PROMPT »
Could you set down exactly the lines of the data below, starting at the one that holds "v23 (-0.5,-3.56,-0.259335)" and ending at the one that holds "e29 v28 v29 LINE", both included, and only those?

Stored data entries
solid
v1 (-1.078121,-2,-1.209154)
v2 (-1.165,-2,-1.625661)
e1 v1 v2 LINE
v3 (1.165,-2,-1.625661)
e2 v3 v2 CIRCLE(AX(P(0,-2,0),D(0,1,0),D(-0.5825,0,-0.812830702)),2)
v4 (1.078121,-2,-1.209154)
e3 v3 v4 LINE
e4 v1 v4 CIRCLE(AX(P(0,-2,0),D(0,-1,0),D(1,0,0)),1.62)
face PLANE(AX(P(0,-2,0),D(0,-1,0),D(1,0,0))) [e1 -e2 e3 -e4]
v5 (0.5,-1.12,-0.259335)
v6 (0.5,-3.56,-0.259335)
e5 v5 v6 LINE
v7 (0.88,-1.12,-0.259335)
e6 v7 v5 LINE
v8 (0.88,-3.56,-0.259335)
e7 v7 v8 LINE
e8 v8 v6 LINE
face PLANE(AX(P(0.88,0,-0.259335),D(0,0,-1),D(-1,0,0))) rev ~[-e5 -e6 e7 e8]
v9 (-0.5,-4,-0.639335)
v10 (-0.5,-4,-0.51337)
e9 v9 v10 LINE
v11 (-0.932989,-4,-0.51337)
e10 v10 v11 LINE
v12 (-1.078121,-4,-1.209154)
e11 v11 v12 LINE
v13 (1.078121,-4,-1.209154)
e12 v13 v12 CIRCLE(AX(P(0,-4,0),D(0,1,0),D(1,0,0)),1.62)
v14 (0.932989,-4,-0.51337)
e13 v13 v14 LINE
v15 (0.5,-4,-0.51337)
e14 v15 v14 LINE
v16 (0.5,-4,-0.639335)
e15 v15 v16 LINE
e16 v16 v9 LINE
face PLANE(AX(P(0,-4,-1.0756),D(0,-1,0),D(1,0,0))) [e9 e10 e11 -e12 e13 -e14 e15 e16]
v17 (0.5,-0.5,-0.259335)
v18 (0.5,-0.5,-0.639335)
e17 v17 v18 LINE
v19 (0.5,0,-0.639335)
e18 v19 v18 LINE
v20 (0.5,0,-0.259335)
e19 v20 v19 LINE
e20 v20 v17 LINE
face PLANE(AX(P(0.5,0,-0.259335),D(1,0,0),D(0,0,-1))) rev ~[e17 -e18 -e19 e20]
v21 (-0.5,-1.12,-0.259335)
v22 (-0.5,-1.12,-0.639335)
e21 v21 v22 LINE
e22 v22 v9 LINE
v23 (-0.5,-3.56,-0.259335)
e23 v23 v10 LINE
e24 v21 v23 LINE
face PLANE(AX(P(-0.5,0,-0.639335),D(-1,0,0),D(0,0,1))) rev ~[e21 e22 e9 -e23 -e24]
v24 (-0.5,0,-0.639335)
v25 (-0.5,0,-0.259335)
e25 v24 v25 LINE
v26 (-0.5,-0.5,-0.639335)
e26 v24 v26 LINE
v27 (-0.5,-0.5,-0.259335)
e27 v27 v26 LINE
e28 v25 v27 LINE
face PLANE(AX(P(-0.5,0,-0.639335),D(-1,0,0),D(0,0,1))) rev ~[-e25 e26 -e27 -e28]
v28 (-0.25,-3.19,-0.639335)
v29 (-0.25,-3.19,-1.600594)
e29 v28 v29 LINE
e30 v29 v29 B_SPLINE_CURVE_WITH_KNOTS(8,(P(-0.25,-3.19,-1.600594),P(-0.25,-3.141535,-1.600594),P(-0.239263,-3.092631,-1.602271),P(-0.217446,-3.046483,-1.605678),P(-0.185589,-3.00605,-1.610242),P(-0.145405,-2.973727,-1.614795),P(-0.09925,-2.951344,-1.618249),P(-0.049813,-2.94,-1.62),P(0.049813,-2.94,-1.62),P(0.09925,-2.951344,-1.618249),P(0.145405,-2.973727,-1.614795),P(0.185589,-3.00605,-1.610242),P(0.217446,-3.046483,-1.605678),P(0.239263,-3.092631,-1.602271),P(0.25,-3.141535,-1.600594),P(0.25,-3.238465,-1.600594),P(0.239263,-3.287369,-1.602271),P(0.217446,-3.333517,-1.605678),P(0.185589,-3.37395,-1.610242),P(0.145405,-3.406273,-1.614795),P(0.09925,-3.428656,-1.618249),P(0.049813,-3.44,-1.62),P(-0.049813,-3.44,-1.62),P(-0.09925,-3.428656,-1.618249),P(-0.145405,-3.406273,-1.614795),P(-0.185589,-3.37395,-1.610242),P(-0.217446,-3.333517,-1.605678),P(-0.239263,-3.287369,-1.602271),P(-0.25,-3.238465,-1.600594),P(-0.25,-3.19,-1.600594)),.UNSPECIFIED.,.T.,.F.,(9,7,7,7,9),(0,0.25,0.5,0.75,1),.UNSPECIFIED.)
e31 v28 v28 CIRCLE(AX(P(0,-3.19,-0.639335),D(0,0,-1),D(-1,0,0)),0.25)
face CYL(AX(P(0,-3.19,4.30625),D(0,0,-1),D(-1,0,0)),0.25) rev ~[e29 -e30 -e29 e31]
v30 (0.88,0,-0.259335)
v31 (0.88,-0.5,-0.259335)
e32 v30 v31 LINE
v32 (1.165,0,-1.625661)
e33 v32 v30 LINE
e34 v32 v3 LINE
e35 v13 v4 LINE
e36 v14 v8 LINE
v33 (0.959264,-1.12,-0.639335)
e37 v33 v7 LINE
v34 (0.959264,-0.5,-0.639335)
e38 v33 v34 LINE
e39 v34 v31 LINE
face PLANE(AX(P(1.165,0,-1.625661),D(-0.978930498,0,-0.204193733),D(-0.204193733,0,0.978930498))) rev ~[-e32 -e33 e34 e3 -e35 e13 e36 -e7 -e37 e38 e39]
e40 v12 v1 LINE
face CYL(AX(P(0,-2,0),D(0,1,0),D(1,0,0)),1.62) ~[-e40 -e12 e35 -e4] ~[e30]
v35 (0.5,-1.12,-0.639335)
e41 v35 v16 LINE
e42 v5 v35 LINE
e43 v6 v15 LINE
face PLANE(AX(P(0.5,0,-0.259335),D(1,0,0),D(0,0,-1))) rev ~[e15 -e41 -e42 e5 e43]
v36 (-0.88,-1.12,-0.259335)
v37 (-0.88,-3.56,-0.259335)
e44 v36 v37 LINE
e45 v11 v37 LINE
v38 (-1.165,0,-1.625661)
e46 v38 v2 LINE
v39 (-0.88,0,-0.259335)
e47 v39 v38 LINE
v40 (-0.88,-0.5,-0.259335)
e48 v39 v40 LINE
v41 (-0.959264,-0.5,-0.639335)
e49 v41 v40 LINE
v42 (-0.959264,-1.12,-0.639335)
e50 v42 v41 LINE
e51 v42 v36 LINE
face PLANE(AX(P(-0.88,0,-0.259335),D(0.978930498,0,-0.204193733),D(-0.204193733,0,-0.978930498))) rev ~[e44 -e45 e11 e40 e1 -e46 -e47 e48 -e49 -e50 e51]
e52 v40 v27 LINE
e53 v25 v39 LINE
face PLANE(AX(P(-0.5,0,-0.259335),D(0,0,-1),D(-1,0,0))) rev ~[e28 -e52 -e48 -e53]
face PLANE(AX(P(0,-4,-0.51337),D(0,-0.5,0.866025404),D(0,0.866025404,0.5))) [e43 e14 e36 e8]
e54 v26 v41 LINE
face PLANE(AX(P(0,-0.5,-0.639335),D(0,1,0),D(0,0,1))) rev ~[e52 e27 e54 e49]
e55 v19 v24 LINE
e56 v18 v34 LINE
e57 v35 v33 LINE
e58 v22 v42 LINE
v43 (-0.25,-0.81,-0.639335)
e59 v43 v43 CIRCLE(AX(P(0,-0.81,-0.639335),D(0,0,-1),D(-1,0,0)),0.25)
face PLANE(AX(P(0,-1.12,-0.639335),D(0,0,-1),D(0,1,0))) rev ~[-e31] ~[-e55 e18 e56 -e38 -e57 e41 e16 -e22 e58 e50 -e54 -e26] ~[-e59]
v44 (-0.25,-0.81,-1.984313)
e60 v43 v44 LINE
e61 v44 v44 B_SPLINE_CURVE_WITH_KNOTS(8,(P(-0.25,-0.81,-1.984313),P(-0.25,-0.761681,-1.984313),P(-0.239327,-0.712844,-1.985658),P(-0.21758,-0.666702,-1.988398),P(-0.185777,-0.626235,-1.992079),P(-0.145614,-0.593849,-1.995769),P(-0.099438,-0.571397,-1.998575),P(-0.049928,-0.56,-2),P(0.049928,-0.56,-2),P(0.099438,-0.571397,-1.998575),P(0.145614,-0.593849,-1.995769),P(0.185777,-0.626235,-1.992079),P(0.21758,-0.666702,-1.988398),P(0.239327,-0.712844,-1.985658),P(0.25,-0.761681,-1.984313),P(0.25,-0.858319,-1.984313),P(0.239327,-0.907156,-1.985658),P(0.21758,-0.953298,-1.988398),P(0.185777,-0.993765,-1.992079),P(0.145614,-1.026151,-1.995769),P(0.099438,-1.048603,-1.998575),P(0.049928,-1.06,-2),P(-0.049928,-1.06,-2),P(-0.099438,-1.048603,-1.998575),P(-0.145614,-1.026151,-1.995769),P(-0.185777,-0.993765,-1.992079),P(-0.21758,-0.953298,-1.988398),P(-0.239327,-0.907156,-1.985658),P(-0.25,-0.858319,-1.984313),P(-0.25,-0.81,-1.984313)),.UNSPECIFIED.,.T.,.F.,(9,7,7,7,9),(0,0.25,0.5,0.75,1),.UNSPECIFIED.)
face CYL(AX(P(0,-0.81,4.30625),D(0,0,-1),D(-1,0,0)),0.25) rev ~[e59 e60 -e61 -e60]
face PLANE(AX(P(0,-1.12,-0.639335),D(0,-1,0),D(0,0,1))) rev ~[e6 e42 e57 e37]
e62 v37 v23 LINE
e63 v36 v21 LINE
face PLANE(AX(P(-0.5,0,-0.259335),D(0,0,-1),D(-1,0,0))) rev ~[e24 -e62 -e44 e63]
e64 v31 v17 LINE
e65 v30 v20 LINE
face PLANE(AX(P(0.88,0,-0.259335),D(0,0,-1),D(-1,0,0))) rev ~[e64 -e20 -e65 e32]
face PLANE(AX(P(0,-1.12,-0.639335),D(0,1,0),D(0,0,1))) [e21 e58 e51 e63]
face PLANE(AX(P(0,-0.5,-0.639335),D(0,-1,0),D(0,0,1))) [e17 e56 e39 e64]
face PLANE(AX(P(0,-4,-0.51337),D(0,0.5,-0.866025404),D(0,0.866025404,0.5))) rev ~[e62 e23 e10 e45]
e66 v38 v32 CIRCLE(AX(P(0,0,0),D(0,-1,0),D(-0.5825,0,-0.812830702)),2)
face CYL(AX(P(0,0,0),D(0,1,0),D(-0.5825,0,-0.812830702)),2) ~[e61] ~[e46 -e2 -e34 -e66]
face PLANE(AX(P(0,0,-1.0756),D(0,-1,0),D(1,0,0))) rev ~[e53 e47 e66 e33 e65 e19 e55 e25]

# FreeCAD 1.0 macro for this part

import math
import FreeCAD as App
import Part
import Sketcher
from FreeCAD import Vector
Q = App.Units.Quantity


def add_polygon(sketch, points):
    """Adds a closed chain of lines whose ends are joined by coincident constraints."""
    first, n = sketch.GeometryCount, len(points)
    for a, b in zip(points, points[1:] + points[:1]):
        sketch.addGeometry(Part.LineSegment(App.Vector(*a, 0), App.Vector(*b, 0)), False)
    for i in range(n):
        sketch.addConstraint(Sketcher.Constraint("Coincident", first + i, 2, first + (i + 1) % n, 1))

doc = App.newDocument("Part")
body = doc.addObject("PartDesign::Body", "Body")

# Sketch on XZ plane
sketch1 = doc.addObject("Sketcher::SketchObject", "Sketch")
body.addObject(sketch1)
sketch1.AttachmentSupport = (doc.XZ_Plane, [""])
sketch1.MapMode = "FlatFace"
sketch1.addGeometry([
    Part.LineSegment(Vector(-0.88, -0.26, 0), Vector(-1.17, -1.63, 0)),  # 0
    Part.ArcOfCircle(Part.Circle(Vector(0, 0, 0), Vector(0, 0, 1), 2), math.radians(-126), math.radians(-54)),  # 1
    Part.LineSegment(Vector(1.17, -1.63, 0), Vector(0.88, -0.26, 0)),  # 2
    Part.LineSegment(Vector(0.88, -0.26, 0), Vector(0.5, -0.26, 0)),  # 3
    Part.LineSegment(Vector(0.5, -0.26, 0), Vector(0.5, -0.64, 0)),  # 4
    Part.LineSegment(Vector(0.5, -0.64, 0), Vector(-0.5, -0.64, 0)),  # 5
    Part.LineSegment(Vector(-0.5, -0.64, 0), Vector(-0.5, -0.26, 0)),  # 6
    Part.LineSegment(Vector(-0.5, -0.26, 0), Vector(-0.88, -0.26, 0)),  # 7
], False)
sketch1.addConstraint([
    Sketcher.Constraint("Coincident", 0, 2, 1, 1),
    Sketcher.Constraint("Coincident", 1, 2, 2, 1),
    Sketcher.Constraint("Coincident", 2, 2, 3, 1),
    Sketcher.Constraint("Coincident", 3, 2, 4, 1),
    Sketcher.Constraint("Coincident", 4, 2, 5, 1),
    Sketcher.Constraint("Coincident", 5, 2, 6, 1),
    Sketcher.Constraint("Coincident", 6, 2, 7, 1),
    Sketcher.Constraint("Coincident", 7, 2, 0, 1),
    Sketcher.Constraint("Horizontal", 3),
    Sketcher.Constraint("Vertical", 4),
    Sketcher.Constraint("Horizontal", 5),
    Sketcher.Constraint("Vertical", 6),
    Sketcher.Constraint("Horizontal", 7),
    Sketcher.Constraint("Coincident", 1, 3, -1, 1),
    Sketcher.Constraint("Symmetric", 3, 2, 6, 2, -2),
    Sketcher.Constraint("Horizontal", 0, 2, 1, 2),
    Sketcher.Constraint("Equal", 3, 7),
    Sketcher.Constraint("Equal", 7, 4),
    Sketcher.Constraint("Radius", 1, Q("2 mm")),
    Sketcher.Constraint("DistanceX", 5, 2, 5, 1, Q("1 mm")),
    Sketcher.Constraint("DistanceX", 3, 2, 3, 1, Q("0.38 mm")),
    Sketcher.Constraint("DistanceX", 0, 2, 1, 2, Q("2.33 mm")),
    Sketcher.Constraint("Distance", 0, Q("1.395733 mm")),
])
pad1 = doc.addObject("PartDesign::Pad", "Pad")
body.addObject(pad1)
pad1.Profile = sketch1
pad1.Length = 4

ANSWER »
v23 (-0.5,-3.56,-0.259335)
e23 v23 v10 LINE
e24 v21 v23 LINE
face PLANE(AX(P(-0.5,0,-0.639335),D(-1,0,0),D(0,0,1))) rev ~[e21 e22 e9 -e23 -e24]
v24 (-0.5,0,-0.639335)
v25 (-0.5,0,-0.259335)
e25 v24 v25 LINE
v26 (-0.5,-0.5,-0.639335)
e26 v24 v26 LINE
v27 (-0.5,-0.5,-0.259335)
e27 v27 v26 LINE
e28 v25 v27 LINE
face PLANE(AX(P(-0.5,0,-0.639335),D(-1,0,0),D(0,0,1))) rev ~[-e25 e26 -e27 -e28]
v28 (-0.25,-3.19,-0.639335)
v29 (-0.25,-3.19,-1.600594)
e29 v28 v29 LINE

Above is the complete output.